3 implies 2: At each root of $F$ we have $F=F_X=F_Y=0$, otherwise $F$ would attain strictly positive and negative values in the neighbourhood of the root. For each irreducible factor $f$ of $F$, the square-free condition implies that $f$ does not divide both $F_X$ and $F_Y$. Bezout's theorem then states that $f=F_X=F_Y=0$ can have no more than ${\rm deg}(f)(d-1)$ solutions. Adding together the numbers of roots of the irreducible factors of $F$ gives the bound $d(d-1)$.

2 implies 1: Obvious.

The simplest algorithm I can think of to determine the truth of (1) is simply to evaluate $F$ at a dense enough set of points and check if it attains both positive and negative values. A suitable set of points can be determined as follows. Write, $$ F(X,Y)=\sum_{k=0}^nc_kY^k=g(Y)\in\mathbb Q[X][Y]. $$ Viewing $g$ as a polynomial in indeterminate $Y$ and coefficients in $\mathbb Q[X]$, compute its discriminant, $D(X)\in\mathbb Q[X]$. The squarefree condition implies that $D$ will not be identically zero, so has finitely many roots. As the number of real roots of $F(x,Y)$ (wrt $Y$, for each fixed $x$) does not change as $x$ varies across each open interval in the complement of the set zeros of $D$, we just need to check $F(x,Y)$ for at least one value of $x$ in each of these intervals.

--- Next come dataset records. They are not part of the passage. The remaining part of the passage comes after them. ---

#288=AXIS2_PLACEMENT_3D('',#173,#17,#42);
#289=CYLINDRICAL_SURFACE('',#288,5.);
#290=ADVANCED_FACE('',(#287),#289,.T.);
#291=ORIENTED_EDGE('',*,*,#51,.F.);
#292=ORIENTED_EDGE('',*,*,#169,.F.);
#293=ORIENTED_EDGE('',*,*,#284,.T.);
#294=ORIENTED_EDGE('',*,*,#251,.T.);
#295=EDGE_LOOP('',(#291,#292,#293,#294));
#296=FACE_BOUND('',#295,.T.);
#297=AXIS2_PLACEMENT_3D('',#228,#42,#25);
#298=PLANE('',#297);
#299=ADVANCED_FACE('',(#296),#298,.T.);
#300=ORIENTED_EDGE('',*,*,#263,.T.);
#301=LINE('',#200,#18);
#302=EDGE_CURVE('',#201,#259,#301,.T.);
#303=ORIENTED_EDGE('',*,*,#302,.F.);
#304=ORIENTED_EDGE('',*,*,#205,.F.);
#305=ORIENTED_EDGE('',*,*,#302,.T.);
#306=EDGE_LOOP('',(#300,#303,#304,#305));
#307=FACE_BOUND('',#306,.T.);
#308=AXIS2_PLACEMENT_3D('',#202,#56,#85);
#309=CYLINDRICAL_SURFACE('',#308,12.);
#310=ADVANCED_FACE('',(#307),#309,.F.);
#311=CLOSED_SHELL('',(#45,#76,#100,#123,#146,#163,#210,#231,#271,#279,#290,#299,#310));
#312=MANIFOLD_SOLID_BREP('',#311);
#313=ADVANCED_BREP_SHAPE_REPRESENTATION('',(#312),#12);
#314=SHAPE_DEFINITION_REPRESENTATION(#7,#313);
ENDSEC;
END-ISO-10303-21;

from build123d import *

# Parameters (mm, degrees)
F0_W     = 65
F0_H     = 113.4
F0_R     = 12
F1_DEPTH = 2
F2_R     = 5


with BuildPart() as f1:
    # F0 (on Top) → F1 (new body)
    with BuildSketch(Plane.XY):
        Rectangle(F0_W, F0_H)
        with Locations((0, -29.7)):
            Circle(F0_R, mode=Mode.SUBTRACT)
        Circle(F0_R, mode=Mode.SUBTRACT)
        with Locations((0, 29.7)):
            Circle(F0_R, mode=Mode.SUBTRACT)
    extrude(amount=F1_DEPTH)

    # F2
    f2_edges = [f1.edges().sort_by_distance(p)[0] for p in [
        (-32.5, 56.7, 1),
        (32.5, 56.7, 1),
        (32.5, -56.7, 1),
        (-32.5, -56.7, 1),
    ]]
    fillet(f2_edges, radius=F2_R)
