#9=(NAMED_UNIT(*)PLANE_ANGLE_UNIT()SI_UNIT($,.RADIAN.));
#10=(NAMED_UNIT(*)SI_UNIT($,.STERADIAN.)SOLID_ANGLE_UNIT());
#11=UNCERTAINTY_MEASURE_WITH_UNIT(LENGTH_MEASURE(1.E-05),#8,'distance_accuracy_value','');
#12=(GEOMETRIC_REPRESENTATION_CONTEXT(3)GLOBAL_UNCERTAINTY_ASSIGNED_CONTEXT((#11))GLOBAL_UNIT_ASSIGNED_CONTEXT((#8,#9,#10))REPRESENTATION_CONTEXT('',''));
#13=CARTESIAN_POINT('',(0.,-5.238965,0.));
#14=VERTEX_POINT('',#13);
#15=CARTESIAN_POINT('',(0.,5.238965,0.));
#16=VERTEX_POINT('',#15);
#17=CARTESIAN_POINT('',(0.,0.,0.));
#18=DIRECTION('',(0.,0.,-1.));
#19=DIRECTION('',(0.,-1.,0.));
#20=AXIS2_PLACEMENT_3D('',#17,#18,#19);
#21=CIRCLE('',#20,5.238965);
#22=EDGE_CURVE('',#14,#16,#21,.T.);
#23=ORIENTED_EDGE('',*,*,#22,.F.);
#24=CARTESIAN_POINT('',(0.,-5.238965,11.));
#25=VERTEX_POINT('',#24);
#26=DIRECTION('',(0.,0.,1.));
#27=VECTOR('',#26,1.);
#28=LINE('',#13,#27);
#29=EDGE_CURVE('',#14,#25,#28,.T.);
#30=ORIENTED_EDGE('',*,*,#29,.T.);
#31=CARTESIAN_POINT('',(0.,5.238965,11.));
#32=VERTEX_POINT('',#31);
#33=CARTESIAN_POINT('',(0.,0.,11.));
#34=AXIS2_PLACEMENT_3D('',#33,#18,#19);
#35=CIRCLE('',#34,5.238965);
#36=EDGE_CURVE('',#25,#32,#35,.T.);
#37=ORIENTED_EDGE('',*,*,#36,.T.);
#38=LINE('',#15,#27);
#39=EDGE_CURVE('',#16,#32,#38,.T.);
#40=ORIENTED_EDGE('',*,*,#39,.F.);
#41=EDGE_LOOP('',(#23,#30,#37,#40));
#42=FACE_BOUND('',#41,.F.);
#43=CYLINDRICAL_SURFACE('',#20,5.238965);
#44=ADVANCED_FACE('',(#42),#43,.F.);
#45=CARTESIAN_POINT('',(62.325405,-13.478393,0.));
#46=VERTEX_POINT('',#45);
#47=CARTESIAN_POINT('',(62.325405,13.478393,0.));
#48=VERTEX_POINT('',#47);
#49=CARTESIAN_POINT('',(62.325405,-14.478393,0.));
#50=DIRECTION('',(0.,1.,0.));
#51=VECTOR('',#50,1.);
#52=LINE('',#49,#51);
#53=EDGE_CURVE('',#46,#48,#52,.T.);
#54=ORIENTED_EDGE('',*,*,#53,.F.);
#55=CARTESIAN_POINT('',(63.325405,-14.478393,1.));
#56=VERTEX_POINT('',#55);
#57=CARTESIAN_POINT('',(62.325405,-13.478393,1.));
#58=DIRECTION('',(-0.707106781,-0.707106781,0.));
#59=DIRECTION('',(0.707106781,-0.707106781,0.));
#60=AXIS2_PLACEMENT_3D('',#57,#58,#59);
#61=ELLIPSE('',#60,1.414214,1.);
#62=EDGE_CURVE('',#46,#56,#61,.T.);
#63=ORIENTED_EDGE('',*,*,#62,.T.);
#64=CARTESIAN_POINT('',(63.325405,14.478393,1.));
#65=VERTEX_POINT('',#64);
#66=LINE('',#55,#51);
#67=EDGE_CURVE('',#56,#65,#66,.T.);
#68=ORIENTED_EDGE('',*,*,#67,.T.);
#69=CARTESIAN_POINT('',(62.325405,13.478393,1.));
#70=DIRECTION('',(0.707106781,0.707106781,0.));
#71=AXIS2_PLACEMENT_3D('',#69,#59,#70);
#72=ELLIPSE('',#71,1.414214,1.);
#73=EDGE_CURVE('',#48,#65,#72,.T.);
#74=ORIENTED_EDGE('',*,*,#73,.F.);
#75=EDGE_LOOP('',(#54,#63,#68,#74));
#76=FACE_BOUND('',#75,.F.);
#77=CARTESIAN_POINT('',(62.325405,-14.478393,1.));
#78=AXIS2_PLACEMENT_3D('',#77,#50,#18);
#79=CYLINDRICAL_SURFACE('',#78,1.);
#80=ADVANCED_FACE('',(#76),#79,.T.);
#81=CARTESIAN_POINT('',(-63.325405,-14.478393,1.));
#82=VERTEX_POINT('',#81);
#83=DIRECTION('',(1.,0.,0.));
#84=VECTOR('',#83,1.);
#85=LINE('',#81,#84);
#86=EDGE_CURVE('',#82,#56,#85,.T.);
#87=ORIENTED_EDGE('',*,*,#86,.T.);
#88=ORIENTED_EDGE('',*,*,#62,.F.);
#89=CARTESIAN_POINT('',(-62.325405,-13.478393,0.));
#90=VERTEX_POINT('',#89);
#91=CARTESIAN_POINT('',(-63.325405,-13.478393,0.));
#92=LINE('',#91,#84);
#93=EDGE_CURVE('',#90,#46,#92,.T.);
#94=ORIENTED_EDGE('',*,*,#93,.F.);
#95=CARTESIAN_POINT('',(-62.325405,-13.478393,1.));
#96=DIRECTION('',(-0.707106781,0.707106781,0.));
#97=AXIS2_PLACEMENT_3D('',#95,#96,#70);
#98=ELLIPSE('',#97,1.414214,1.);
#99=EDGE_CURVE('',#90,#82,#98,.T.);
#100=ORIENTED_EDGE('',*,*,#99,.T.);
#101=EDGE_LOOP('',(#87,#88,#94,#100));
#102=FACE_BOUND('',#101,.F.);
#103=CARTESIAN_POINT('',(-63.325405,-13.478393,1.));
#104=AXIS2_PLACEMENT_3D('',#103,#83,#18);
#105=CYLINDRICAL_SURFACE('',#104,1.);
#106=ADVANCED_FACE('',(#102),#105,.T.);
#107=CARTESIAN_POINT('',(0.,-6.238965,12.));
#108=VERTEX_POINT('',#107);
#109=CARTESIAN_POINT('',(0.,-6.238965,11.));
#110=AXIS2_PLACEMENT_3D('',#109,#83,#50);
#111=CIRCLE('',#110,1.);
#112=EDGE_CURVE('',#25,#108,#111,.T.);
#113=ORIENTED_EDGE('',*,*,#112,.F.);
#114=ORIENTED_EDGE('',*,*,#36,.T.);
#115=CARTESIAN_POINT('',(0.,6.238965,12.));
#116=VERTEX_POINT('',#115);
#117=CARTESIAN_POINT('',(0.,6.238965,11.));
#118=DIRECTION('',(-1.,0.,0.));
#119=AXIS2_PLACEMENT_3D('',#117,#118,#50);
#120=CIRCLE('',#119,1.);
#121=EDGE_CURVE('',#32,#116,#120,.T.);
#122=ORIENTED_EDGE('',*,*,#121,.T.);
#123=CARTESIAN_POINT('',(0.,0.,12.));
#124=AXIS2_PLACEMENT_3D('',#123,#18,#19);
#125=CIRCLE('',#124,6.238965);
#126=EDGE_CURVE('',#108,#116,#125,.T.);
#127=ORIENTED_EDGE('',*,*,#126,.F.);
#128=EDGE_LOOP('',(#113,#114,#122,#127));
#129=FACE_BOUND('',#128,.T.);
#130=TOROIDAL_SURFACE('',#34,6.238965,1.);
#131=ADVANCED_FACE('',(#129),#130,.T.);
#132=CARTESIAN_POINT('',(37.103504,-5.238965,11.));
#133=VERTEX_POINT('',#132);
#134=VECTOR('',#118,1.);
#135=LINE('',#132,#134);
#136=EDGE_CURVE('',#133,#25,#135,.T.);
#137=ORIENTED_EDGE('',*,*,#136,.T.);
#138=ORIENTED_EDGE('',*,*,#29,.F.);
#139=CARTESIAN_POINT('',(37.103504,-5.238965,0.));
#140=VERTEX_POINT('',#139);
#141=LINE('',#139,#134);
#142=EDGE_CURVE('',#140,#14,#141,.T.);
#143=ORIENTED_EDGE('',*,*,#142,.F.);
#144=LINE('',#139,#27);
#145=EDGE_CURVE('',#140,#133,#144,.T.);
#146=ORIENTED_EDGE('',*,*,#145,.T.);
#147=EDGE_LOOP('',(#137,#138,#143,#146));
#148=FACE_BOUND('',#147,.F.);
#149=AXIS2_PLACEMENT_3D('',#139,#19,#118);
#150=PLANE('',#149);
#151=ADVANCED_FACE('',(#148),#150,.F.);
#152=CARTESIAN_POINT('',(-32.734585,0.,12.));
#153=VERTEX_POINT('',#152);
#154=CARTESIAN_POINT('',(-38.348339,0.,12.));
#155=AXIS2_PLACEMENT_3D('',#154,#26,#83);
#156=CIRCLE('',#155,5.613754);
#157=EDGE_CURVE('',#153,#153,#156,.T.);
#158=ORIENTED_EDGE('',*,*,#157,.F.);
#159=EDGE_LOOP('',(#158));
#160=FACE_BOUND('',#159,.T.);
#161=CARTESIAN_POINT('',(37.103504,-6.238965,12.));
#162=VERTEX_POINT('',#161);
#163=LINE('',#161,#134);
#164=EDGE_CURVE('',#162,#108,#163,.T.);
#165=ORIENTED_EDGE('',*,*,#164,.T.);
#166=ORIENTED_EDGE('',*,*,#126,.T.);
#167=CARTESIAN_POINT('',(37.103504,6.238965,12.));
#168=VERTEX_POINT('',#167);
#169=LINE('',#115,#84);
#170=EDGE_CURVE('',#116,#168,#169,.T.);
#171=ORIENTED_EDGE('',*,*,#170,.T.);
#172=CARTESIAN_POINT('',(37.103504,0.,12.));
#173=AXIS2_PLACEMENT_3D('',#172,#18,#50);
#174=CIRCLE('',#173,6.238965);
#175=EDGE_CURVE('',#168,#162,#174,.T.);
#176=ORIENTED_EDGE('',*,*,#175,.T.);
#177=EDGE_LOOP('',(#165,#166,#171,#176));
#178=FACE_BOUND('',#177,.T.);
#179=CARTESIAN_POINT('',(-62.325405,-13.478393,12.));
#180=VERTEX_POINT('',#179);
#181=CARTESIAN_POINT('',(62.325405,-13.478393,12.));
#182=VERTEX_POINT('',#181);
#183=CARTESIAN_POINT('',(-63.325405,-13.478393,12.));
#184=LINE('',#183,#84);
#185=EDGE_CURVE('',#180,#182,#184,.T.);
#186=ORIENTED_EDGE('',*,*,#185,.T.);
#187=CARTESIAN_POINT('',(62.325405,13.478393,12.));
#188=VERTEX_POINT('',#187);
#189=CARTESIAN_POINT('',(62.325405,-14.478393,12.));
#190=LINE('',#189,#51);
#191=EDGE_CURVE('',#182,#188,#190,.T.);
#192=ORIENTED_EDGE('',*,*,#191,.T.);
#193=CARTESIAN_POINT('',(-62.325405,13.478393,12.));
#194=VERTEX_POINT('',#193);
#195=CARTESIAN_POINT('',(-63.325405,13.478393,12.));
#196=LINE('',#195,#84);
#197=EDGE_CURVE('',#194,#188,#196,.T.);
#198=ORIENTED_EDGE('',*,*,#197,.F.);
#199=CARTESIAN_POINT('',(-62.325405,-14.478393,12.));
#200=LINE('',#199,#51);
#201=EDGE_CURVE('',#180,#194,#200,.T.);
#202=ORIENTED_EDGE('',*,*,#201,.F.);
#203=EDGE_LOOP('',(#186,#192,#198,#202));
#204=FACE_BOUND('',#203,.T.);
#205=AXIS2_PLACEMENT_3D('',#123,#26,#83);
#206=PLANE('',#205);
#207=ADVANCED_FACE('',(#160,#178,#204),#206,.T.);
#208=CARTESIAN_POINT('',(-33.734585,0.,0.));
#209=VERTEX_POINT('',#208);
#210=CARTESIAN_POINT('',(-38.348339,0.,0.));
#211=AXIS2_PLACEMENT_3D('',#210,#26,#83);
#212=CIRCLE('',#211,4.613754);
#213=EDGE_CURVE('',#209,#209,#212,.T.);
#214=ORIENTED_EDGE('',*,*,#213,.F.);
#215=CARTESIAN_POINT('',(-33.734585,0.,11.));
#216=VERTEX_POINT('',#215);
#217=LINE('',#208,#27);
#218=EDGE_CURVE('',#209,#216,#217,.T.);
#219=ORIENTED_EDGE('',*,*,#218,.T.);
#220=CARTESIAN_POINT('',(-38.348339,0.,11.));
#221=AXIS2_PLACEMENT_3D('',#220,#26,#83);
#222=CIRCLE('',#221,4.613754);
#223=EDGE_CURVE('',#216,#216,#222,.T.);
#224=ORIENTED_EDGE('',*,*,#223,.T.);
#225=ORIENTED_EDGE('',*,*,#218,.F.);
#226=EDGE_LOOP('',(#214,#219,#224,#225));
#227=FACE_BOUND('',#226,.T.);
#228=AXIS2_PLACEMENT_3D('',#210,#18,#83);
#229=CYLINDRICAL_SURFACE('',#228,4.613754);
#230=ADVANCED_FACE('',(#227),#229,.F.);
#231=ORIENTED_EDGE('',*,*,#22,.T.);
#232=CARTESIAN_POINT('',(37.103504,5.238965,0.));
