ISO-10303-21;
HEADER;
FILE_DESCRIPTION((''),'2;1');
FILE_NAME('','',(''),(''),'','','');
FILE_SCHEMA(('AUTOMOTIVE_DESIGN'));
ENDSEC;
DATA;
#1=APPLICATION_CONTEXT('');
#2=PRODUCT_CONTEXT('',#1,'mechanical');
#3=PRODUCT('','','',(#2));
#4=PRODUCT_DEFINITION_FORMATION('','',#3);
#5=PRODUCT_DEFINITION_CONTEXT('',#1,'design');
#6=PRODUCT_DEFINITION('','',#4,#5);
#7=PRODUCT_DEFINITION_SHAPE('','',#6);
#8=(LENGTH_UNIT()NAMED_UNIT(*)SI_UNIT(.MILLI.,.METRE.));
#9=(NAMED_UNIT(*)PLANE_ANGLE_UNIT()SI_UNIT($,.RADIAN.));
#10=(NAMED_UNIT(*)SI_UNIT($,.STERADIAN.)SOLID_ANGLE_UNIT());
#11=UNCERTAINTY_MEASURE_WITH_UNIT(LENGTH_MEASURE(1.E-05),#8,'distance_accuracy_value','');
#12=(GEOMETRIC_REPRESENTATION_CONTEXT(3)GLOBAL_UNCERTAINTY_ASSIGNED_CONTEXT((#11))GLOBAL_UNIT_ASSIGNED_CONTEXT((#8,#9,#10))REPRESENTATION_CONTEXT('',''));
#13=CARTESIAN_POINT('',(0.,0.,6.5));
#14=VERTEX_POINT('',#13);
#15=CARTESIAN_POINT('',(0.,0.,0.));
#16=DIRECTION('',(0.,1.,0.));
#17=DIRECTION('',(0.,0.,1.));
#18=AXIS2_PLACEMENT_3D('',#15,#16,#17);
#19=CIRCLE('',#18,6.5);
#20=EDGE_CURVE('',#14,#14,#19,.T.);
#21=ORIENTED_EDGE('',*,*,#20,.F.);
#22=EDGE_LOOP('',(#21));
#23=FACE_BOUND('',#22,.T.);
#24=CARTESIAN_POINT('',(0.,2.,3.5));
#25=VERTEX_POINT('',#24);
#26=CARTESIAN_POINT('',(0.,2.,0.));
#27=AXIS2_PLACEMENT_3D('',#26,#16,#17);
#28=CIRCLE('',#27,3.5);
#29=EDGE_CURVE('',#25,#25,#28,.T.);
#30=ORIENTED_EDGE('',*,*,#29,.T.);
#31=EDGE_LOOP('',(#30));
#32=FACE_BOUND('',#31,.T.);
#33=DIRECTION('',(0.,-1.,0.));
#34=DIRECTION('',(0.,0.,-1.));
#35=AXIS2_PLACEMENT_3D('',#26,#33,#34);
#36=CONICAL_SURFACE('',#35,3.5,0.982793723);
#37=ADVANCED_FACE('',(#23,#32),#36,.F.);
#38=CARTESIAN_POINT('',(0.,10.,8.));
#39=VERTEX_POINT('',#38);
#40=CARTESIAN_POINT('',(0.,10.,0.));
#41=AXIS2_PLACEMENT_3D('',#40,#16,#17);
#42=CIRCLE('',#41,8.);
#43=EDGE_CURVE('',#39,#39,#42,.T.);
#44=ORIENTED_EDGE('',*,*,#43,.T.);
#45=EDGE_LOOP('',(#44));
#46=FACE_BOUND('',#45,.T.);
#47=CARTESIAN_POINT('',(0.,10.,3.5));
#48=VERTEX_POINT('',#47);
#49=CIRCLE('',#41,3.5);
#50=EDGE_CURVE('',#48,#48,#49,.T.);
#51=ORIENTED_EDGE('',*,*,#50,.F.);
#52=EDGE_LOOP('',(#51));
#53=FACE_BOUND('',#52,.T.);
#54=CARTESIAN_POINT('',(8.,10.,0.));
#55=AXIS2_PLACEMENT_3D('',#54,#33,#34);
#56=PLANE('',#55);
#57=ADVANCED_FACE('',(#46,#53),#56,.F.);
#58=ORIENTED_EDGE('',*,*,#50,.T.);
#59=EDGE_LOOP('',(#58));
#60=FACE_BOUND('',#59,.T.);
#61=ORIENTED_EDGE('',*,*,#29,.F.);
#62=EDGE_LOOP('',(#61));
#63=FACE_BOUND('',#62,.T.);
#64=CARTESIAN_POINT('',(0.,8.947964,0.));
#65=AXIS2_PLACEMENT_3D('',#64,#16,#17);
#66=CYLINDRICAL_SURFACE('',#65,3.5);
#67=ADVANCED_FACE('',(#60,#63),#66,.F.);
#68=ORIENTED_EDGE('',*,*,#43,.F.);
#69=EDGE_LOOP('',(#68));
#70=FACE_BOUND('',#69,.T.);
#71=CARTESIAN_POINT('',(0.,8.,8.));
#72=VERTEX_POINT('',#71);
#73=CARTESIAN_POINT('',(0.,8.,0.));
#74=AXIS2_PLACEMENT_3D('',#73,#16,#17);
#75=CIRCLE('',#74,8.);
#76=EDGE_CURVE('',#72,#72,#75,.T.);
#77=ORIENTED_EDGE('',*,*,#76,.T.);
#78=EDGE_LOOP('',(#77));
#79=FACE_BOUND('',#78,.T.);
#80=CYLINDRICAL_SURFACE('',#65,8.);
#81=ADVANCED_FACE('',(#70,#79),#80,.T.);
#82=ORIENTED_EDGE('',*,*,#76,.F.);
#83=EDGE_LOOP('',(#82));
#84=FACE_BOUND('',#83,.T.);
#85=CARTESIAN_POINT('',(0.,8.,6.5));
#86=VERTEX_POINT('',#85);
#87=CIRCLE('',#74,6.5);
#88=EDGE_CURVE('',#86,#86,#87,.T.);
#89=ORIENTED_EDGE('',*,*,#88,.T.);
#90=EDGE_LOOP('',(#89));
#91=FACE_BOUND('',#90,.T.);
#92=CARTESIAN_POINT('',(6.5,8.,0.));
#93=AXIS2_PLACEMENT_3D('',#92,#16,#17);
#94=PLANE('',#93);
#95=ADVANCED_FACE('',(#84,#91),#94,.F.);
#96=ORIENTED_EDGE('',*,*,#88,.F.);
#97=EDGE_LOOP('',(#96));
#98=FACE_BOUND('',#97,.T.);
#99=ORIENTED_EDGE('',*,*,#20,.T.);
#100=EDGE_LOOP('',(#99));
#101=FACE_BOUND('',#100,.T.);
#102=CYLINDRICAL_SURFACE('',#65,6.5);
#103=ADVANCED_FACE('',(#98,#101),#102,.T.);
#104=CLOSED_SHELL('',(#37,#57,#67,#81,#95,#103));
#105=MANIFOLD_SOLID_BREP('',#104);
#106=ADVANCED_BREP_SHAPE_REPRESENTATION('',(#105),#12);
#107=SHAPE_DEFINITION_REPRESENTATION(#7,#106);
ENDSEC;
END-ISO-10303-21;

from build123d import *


with BuildPart() as part:
    # Sketch1 → Revolve1 (revolve)
    with BuildSketch(Plane.XY, mode=Mode.PRIVATE) as revolve1_sk:
        Polygon((6.5, 0), (6.5, 8), (8, 8), (8, 10), (3.5, 10), (3.5, 2), align=None)
    revolve(revolve1_sk.sketch.rotate(Axis((0, 8.947963801, 0), (0, -1, 0)), 90), axis=Axis((0, 8.947963801, 0), (0, -1, 0)))


solid = part.part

Finding an upper bound $K$ on the (absolute values of) zeros of $d$ in terms of its coefficients is standard. We can also find a lower bound on the gaps between the zeros of $d$. First, factoring out any repeated roots, let $D_{SF}(X)$ be square-free with the same zeros as $D$. Apply Euler's algorithm to write $p(X)D_{SF}(X)+q(X)D_{SF}^\prime(X)=1$. Between any two zeros of $d$ there will be a solution to $D_{SF}^\prime(x)=0$, so $p(x)D_{SF}(x)=1$. Letting $A,B$ be upper bounds of $\lvert p\rvert,\lvert D_{SF}^\prime\rvert$ respectively, on the interval $[-K,K]$, $\lvert D_{SF}(x)\rvert\le1/A$. So, $x$ is a distance at least $1/(AB)$ from each root of $D$. Hence, the roots of $D$ are separated by at least $2/(AB)$.

So, choosing a set of points for $x$ covering the interval $[-K,K]$ and separated by less than $2/(AB)$, we are guaranteed to select points between each consecutive pair of roots of $D$. Next, for each such $x$, we can use the same method to find a grid of values for $y$ which includes points between each pair of zeros of $F(x,Y)$.

Evaluating $F(x,y)$ at the points described is enough to determine whether $F$ attains both positive and negative values. In practise, for efficiency, it would make sense to approximately locate the roots of $D(X)$ and $F(x,Y)$ to reduce the number of gridpoints.

The algorithm just described is theoretically quite simple, but does not work in the general theory of real-closed fields. The number of steps is not uniformly bounded by the degree of $F$, so cannot be represented by a single quantifier-free statement in the first order theory of the reals. It is possible to obtain an algorithm by directly eliminating the quantifiers in (1), but it is a bit more difficult to describe.